BEGIN Task input
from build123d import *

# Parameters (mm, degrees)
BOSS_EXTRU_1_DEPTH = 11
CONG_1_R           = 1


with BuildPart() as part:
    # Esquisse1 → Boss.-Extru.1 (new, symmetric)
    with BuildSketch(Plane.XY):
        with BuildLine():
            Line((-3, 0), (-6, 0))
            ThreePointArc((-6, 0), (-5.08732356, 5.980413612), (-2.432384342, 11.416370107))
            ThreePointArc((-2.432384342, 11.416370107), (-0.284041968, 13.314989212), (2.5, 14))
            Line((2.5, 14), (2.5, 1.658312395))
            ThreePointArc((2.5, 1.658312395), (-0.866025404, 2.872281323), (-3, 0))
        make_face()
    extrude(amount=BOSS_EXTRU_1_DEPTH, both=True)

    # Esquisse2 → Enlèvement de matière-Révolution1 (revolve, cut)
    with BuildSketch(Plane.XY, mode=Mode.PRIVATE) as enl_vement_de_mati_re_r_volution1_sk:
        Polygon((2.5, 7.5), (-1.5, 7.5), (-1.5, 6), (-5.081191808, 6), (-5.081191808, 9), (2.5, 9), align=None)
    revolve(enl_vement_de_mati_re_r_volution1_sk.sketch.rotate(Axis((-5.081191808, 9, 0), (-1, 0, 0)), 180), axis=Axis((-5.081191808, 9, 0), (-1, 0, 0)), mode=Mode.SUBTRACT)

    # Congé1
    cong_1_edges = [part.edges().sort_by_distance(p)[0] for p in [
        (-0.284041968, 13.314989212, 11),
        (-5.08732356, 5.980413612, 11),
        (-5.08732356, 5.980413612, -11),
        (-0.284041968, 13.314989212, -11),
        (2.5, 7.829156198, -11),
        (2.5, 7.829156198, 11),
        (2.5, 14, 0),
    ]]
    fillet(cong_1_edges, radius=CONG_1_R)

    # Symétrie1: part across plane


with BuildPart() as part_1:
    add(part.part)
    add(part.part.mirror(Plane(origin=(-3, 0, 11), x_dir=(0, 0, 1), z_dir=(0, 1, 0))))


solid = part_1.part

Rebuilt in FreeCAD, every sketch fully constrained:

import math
import FreeCAD as App
import Part
import Sketcher
Q = App.Units.Quantity


def edges_at(feature, points):
    """Names of the edges that pass closest to the given points."""
    edges = feature.Shape.Edges
    near = lambda p: min(range(len(edges)), key=lambda i: edges[i].distToShape(Part.Vertex(*p))[0])
    return sorted({f"Edge{near(p) + 1}" for p in points})


def add_polygon(sketch, points):
    """Adds a closed chain of lines whose ends are joined by coincident constraints."""
    first, n = sketch.GeometryCount, len(points)
    for a, b in zip(points, points[1:] + points[:1]):
        sketch.addGeometry(Part.LineSegment(App.Vector(*a, 0), App.Vector(*b, 0)), False)
    for i in range(n):
        sketch.addConstraint(Sketcher.Constraint("Coincident", first + i, 2, first + (i + 1) % n, 1))

doc = App.newDocument("Part")
params = doc.addObject("Spreadsheet::Sheet", "Params")
for row, (alias, value) in enumerate([
    ("sketch1_radius", "3 mm"),
    ("sketch1_radius2", "6 mm"),
    ("sketch1_width", "3 mm"),
    ("sketch1_radius3", "20.05 mm"),
    ("pad1_length", "22 mm"),
    ("sketch2_width", "4 mm"),
    ("sketch2_height", "3 mm"),
    ("groove_angle", "360 deg"),
    ("fillet_radius", "1 mm"),
], start=1):
    params.set(f"A{row}", alias)
    params.set(f"B{row}", "=" + value)
    params.setAlias(f"B{row}", alias)

body = doc.addObject("PartDesign::Body", "Body")

# Sketch on XY plane
sketch1 = body.newObject("Sketcher::SketchObject", "Sketch")
sketch1.AttachmentSupport = (doc.getObject("XY_Plane"), [""])
sketch1.MapMode = "FlatFace"
sketch1.addGeometry([
    Part.LineSegment(App.Vector(-6, 0, 0), App.Vector(-3, 0, 0)),  # 0
    Part.ArcOfCircle(Part.Circle(App.Vector(0, 0, 0), App.Vector(0, 0, 1), 3), math.radians(34), math.radians(180)),  # 1
    Part.LineSegment(App.Vector(2.5, 1.7, 0), App.Vector(2.5, 14, 0)),  # 2
    Part.ArcOfCircle(Part.Circle(App.Vector(2.5, 8, 0), App.Vector(0, 0, 1), 6), math.radians(90), math.radians(145)),  # 3
    Part.ArcOfCircle(Part.Circle(App.Vector(14, 0, 0), App.Vector(0, 0, 1), 20), math.radians(145), math.radians(180)),  # 4
], False)
sketch1.addConstraint([
    Sketcher.Constraint("Coincident", 0, 2, 1, 2),
    Sketcher.Constraint("Coincident", 1, 1, 2, 1),
    Sketcher.Constraint("Coincident", 2, 2, 3, 1),
    Sketcher.Constraint("Tangent", 3, 2, 4, 1),
    Sketcher.Constraint("Coincident", 4, 2, 0, 1),
    Sketcher.Constraint("Horizontal", 0),
    Sketcher.Constraint("Vertical", 2),
    Sketcher.Constraint("Coincident", 1, 3, -1, 1),
    Sketcher.Constraint("PointOnObject", 4, 3, -1),
    Sketcher.Constraint("PointOnObject", 0, 2, -1),
    Sketcher.Constraint("Vertical", 3, 3, 1, 1),
    Sketcher.Constraint("Radius", 1, Q("3 mm")),
    Sketcher.Constraint("Radius", 3, Q("6 mm")),
    Sketcher.Constraint("DistanceX", 0, 1, 0, 2, Q("3 mm")),
    Sketcher.Constraint("Radius", 4, Q("20.05 mm")),
    Sketcher.Constraint("DistanceY", -1, 1, 3, 3, Q("8 mm")),
])
sketch1.setExpression("Constraints[11]", "Params.sketch1_radius")
sketch1.setExpression("Constraints[12]", "Params.sketch1_radius2")
sketch1.setExpression("Constraints[13]", "Params.sketch1_width")
sketch1.setExpression("Constraints[14]", "Params.sketch1_radius3")
pad1 = body.newObject("PartDesign::Pad", "Pad")
pad1.Profile = sketch1
pad1.setExpression("Length", "Params.pad1_length")
pad1.Midplane = True

# Sketch on XY plane
sketch2 = body.newObject("Sketcher::SketchObject", "Sketch001")
sketch2.AttachmentSupport = (doc.getObject("XY_Plane"), [""])
sketch2.MapMode = "FlatFace"
add_polygon(sketch2, [(-1.5, 7.5), (2.5, 7.5), (2.5, 9), (-5.1, 9), (-5.1, 6), (-1.5, 6)])  # lines 0-5
sketch2.addGeometry(Part.LineSegment(App.Vector(2.5, 9, 0), App.Vector(-5.1, 9, 0)), True)  # axis
sketch2.addConstraint([
    Sketcher.Constraint("Horizontal", 0),
    Sketcher.Constraint("Vertical", 1),
    Sketcher.Constraint("Horizontal", 2),
    Sketcher.Constraint("Vertical", 3),
    Sketcher.Constraint("Horizontal", 4),
    Sketcher.Constraint("Vertical", 5),
    Sketcher.Constraint("Horizontal", 6),
    Sketcher.Constraint("Coincident", 6, 1, 1, 2),
    Sketcher.Constraint("Vertical", 3, 2, 6, 2),
    Sketcher.Constraint("Equal", 1, 5),
    Sketcher.Constraint("DistanceX", 0, 1, 0, 2, Q("4 mm")),
    Sketcher.Constraint("DistanceY", 3, 2, 3, 1, Q("3 mm")),
    Sketcher.Constraint("DistanceY", -1, 1, 1, 2, Q("9 mm")),
    Sketcher.Constraint("DistanceX", -1, 1, 0, 2, Q("2.5 mm")),
    Sketcher.Constraint("DistanceX", 2, 2, 2, 1, Q("7.581192 mm")),
])
sketch2.setExpression("Constraints[16]", "Params.sketch2_width")
sketch2.setExpression("Constraints[17]", "Params.sketch2_height")
groove = body.newObject("PartDesign::Groove", "Groove")
groove.Profile = sketch2
groove.ReferenceAxis = (sketch2, ["Axis0"])
groove.setExpression("Angle", "Params.groove_angle")
doc.recompute()

fillet = body.newObject("PartDesign::Fillet", "Fillet")
fillet.Base = (groove, edges_at(groove, [
    (-0.284, 13.315, 11),
    (-5.087, 5.98, 11),
    (-5.087, 5.98, -11),
    (-0.284, 13.315, -11),
    (2.5, 7.829, -11),
    (2.5, 7.829, 11),
    (2.5, 14, 0),
]))
fillet.setExpression("Radius", "Params.fillet_radius")
body2 = doc.addObject("PartDesign::Body", "Body001")
doc.recompute()

body2.BaseFeature = body
doc.recompute()

mirroring = doc.addObject("Part::Mirroring", "Mirroring")
mirroring.Source = body
mirroring.Base = App.Vector(-3, 0, 11)
mirroring.Normal = App.Vector(0, 1, 0)
body3 = doc.addObject("PartDesign::Body", "Body002")
body3.BaseFeature = mirroring
boolean = body2.newObject("PartDesign::Boolean", "Boolean")
boolean.Type = "Fuse"
boolean.addObjects([body3])
doc.recompute()
mirroring.Visibility = False

doc.recompute()
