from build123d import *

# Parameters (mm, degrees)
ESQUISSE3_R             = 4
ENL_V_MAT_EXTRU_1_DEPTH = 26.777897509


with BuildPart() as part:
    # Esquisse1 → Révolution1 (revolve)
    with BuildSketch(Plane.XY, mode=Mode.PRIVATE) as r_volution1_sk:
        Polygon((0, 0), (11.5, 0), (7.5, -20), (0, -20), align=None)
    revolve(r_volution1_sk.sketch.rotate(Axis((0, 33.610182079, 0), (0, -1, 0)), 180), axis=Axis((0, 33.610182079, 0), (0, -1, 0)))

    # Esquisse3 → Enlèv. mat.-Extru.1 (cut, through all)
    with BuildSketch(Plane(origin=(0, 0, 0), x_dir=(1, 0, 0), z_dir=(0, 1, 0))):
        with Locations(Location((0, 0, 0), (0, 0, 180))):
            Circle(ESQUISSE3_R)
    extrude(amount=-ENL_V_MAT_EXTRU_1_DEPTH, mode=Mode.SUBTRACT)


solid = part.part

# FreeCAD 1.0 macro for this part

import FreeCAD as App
import Part
import Sketcher

V = App.Vector
Q = App.Units.Quantity

doc = App.newDocument("Part")
body = doc.addObject("PartDesign::Body", "Body")

# Sketch on XY plane
sketch1 = body.newObject("Sketcher::SketchObject", "Sketch")
sketch1.AttachmentSupport = (doc.getObject("XY_Plane"), [""])
sketch1.MapMode = "FlatFace"
sketch1.addGeometry(Part.LineSegment(V(12, 0, 0), V(0, 0, 0)), False)
sketch1.addGeometry(Part.LineSegment(V(0, 0, 0), V(0, -20, 0)), False)
sketch1.addGeometry(Part.LineSegment(V(0, -20, 0), V(8, -20, 0)), False)
sketch1.addGeometry(Part.LineSegment(V(8, -20, 0), V(12, 0, 0)), False)
sketch1.addConstraint(Sketcher.Constraint("Coincident", 0, 2, 1, 1))
sketch1.addConstraint(Sketcher.Constraint("Coincident", 1, 2, 2, 1))
sketch1.addConstraint(Sketcher.Constraint("Coincident", 2, 2, 3, 1))
sketch1.addConstraint(Sketcher.Constraint("Coincident", 3, 2, 0, 1))
sketch1.addConstraint(Sketcher.Constraint("Horizontal", 0))
sketch1.addConstraint(Sketcher.Constraint("Vertical", 1))
sketch1.addConstraint(Sketcher.Constraint("Horizontal", 2))
sketch1.addConstraint(Sketcher.Constraint("Coincident", 0, 2, -1, 1))
sketch1.addConstraint(Sketcher.Constraint("DistanceY", 1, 2, 1, 1, Q("20 mm")))
sketch1.addConstraint(Sketcher.Constraint("DistanceX", 0, 2, 0, 1, Q("11.5 mm")))
sketch1.addConstraint(Sketcher.Constraint("DistanceX", 2, 1, 2, 2, Q("7.5 mm")))
revolution = body.newObject("PartDesign::Revolution", "Revolution")
revolution.Profile = sketch1
revolution.ReferenceAxis = (sketch1, ["V_Axis"])
revolution.Angle = 360

# Sketch on XZ plane
sketch2 = body.newObject("Sketcher::SketchObject", "Sketch001")
sketch2.AttachmentSupport = (doc.getObject("XZ_Plane"), [""])
sketch2.MapMode = "FlatFace"
sketch2.addGeometry(Part.Circle(V(0, 0, 0), V(0, 0, 1), 4), False)
sketch2.addConstraint(Sketcher.Constraint("Coincident", 0, 3, -1, 1))
sketch2.addConstraint(Sketcher.Constraint("Diameter", 0, Q("8 mm")))
pocket1 = body.newObject("PartDesign::Pocket", "Pocket")
pocket1.Profile = sketch2
pocket1.Type = "ThroughAll"
pocket1.Reversed = True

doc.recompute()
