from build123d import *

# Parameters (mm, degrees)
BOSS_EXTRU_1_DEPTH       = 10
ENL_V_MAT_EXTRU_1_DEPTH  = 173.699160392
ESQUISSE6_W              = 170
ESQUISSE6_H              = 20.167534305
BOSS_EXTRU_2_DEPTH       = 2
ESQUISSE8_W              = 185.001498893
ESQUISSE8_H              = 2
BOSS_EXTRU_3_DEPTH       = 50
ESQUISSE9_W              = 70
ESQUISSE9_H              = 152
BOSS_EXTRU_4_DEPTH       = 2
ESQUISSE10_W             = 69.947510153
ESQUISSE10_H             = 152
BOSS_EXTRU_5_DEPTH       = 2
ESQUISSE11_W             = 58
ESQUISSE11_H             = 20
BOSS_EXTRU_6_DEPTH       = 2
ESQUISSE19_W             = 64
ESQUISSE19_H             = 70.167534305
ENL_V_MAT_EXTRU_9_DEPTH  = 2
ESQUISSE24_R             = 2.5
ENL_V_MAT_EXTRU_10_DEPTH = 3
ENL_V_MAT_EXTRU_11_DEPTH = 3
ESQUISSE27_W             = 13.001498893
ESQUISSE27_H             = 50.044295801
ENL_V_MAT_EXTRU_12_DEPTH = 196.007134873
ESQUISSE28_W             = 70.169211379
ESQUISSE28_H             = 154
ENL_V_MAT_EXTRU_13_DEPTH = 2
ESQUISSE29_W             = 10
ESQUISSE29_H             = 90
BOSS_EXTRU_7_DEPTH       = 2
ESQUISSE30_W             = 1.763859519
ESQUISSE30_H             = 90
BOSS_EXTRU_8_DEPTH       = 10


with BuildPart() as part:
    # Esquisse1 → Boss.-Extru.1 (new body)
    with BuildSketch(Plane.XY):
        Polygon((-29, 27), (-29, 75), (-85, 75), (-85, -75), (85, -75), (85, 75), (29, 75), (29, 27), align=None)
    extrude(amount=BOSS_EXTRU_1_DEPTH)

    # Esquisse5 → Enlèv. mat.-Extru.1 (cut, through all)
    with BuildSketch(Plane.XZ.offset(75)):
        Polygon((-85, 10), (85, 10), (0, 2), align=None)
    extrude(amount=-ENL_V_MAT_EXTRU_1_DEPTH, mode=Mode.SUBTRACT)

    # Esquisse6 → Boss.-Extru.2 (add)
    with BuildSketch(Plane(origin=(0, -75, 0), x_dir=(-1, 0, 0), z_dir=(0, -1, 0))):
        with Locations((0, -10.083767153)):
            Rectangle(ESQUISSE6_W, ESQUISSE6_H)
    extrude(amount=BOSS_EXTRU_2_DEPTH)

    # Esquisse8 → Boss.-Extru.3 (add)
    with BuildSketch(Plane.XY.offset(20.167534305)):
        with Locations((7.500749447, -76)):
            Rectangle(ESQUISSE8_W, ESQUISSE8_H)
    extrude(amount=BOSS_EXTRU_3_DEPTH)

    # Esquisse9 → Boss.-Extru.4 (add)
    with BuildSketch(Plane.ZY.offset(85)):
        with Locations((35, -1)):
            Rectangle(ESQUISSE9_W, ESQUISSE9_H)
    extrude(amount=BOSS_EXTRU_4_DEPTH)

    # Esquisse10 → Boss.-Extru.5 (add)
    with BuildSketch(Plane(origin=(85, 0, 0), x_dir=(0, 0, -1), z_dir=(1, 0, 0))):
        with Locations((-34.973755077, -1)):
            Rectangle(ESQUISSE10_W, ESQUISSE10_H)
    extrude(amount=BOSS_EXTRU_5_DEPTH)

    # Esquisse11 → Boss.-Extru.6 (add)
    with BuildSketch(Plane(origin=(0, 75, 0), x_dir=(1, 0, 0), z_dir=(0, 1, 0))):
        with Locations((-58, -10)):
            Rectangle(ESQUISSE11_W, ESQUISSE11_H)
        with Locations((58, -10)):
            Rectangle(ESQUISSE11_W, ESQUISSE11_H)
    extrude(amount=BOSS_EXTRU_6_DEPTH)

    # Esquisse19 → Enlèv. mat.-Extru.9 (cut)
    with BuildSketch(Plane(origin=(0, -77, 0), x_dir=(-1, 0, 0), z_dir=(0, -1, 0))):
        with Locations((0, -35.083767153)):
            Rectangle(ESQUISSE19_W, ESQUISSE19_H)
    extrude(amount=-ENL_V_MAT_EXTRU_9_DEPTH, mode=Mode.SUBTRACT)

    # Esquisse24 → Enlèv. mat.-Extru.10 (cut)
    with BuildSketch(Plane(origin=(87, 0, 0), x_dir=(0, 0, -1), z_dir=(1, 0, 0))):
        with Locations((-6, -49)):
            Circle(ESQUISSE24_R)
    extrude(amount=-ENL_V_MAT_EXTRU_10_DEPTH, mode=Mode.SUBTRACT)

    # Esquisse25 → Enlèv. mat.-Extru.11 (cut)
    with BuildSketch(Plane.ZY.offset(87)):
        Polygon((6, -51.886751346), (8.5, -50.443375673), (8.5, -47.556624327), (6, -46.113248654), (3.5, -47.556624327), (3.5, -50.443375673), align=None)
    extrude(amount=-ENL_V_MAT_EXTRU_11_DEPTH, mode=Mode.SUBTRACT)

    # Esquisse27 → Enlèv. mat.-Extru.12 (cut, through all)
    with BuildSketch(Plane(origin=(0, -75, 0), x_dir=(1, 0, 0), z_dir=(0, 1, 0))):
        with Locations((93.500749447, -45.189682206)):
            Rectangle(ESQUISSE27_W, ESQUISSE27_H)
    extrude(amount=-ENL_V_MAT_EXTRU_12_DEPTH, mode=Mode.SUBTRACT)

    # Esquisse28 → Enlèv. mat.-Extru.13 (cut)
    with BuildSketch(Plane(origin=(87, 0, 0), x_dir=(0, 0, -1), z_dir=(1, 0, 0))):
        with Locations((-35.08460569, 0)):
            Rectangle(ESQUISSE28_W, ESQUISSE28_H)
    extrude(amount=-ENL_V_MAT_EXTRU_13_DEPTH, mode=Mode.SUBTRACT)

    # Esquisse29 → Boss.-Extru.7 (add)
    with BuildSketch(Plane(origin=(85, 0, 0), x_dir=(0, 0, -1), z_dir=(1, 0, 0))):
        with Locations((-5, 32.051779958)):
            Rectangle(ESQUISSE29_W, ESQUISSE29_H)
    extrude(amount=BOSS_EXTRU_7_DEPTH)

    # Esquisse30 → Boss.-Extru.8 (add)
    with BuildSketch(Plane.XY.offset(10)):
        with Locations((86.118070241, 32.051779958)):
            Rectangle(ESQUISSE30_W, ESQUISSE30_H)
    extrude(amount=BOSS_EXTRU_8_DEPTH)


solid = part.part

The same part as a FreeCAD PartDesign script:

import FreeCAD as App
import Part
import Sketcher
from FreeCAD import Vector
Q = App.Units.Quantity

doc = App.newDocument("Part")
params = doc.addObject("Spreadsheet::Sheet", "Params")
for row, (alias, value) in enumerate([
    ("sketch1_width", "56 mm"),
    ("sketch1_width2", "170 mm"),
    ("sketch1_height", "48 mm"),
    ("sketch1_height2", "150 mm"),
    ("pad1_length", "10 mm"),
    ("sketch2_width", "170 mm"),
    ("sketch3_width", "170 mm"),
    ("pad2_length", "2 mm"),
    ("sketch4_height", "2 mm"),
    ("pad3_length", "50 mm"),
    ("sketch5_width", "152 mm"),
    ("sketch5_height", "70 mm"),
    ("pad4_length", "2 mm"),
    ("sketch6_width", "152 mm"),
    ("pad5_length", "2 mm"),
    ("sketch7_width", "58 mm"),
    ("sketch7_height", "20 mm"),
    ("pad6_length", "2 mm"),
    ("sketch8_width", "64 mm"),
    ("pocket2_length", "2 mm"),
    ("sketch9_diameter", "5 mm"),
    ("pocket3_length", "3 mm"),
    ("pocket4_length", "3 mm"),
    ("sketch12_width", "154 mm"),
    ("pocket6_length", "2 mm"),
    ("sketch13_width", "90 mm"),
    ("sketch13_height", "10 mm"),
    ("pad7_length", "2 mm"),
    ("sketch14_height", "90 mm"),
    ("pad8_length", "10 mm"),
], start=1):
    params.set(f"A{row}", alias)
    params.set(f"B{row}", "=" + value)
    params.setAlias(f"B{row}", alias)

body = doc.addObject("PartDesign::Body", "Body")

sketch1 = body.newObject("Sketcher::SketchObject", "Sketch")
sketch1.AttachmentSupport = (doc.getObject("XY_Plane"), [""])
sketch1.MapMode = "FlatFace"
sketch1.addGeometry([
    Part.LineSegment(Vector(-29, 27, 0), Vector(-29, 75, 0)),
    Part.LineSegment(Vector(-29, 75, 0), Vector(-85, 75, 0)),
    Part.LineSegment(Vector(-85, 75, 0), Vector(-85, -75, 0)),
    Part.LineSegment(Vector(-85, -75, 0), Vector(85, -75, 0)),
    Part.LineSegment(Vector(85, -75, 0), Vector(85, 75, 0)),
    Part.LineSegment(Vector(85, 75, 0), Vector(29, 75, 0)),
    Part.LineSegment(Vector(29, 75, 0), Vector(29, 27, 0)),
    Part.LineSegment(Vector(29, 27, 0), Vector(-29, 27, 0)),
], False)
sketch1.addConstraint([
    Sketcher.Constraint("Coincident", 0, 2, 1, 1),
    Sketcher.Constraint("Coincident", 1, 2, 2, 1),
END Task input
Instructions for the task:
Restate verbatim the first line above and all lines after it through the line containing "(2.5, 9), align=None)"; omit the rest.

Written response:
from build123d import *

# Parameters (mm, degrees)
BOSS_EXTRU_1_DEPTH = 11
CONG_1_R           = 1


with BuildPart() as part:
    # Esquisse1 → Boss.-Extru.1 (new, symmetric)
    with BuildSketch(Plane.XY):
        with BuildLine():
            Line((-3, 0), (-6, 0))
            ThreePointArc((-6, 0), (-5.08732356, 5.980413612), (-2.432384342, 11.416370107))
            ThreePointArc((-2.432384342, 11.416370107), (-0.284041968, 13.314989212), (2.5, 14))
            Line((2.5, 14), (2.5, 1.658312395))
            ThreePointArc((2.5, 1.658312395), (-0.866025404, 2.872281323), (-3, 0))
        make_face()
    extrude(amount=BOSS_EXTRU_1_DEPTH, both=True)

    # Esquisse2 → Enlèvement de matière-Révolution1 (revolve, cut)
    with BuildSketch(Plane.XY, mode=Mode.PRIVATE) as enl_vement_de_mati_re_r_volution1_sk:
        Polygon((2.5, 7.5), (-1.5, 7.5), (-1.5, 6), (-5.081191808, 6), (-5.081191808, 9), (2.5, 9), align=None)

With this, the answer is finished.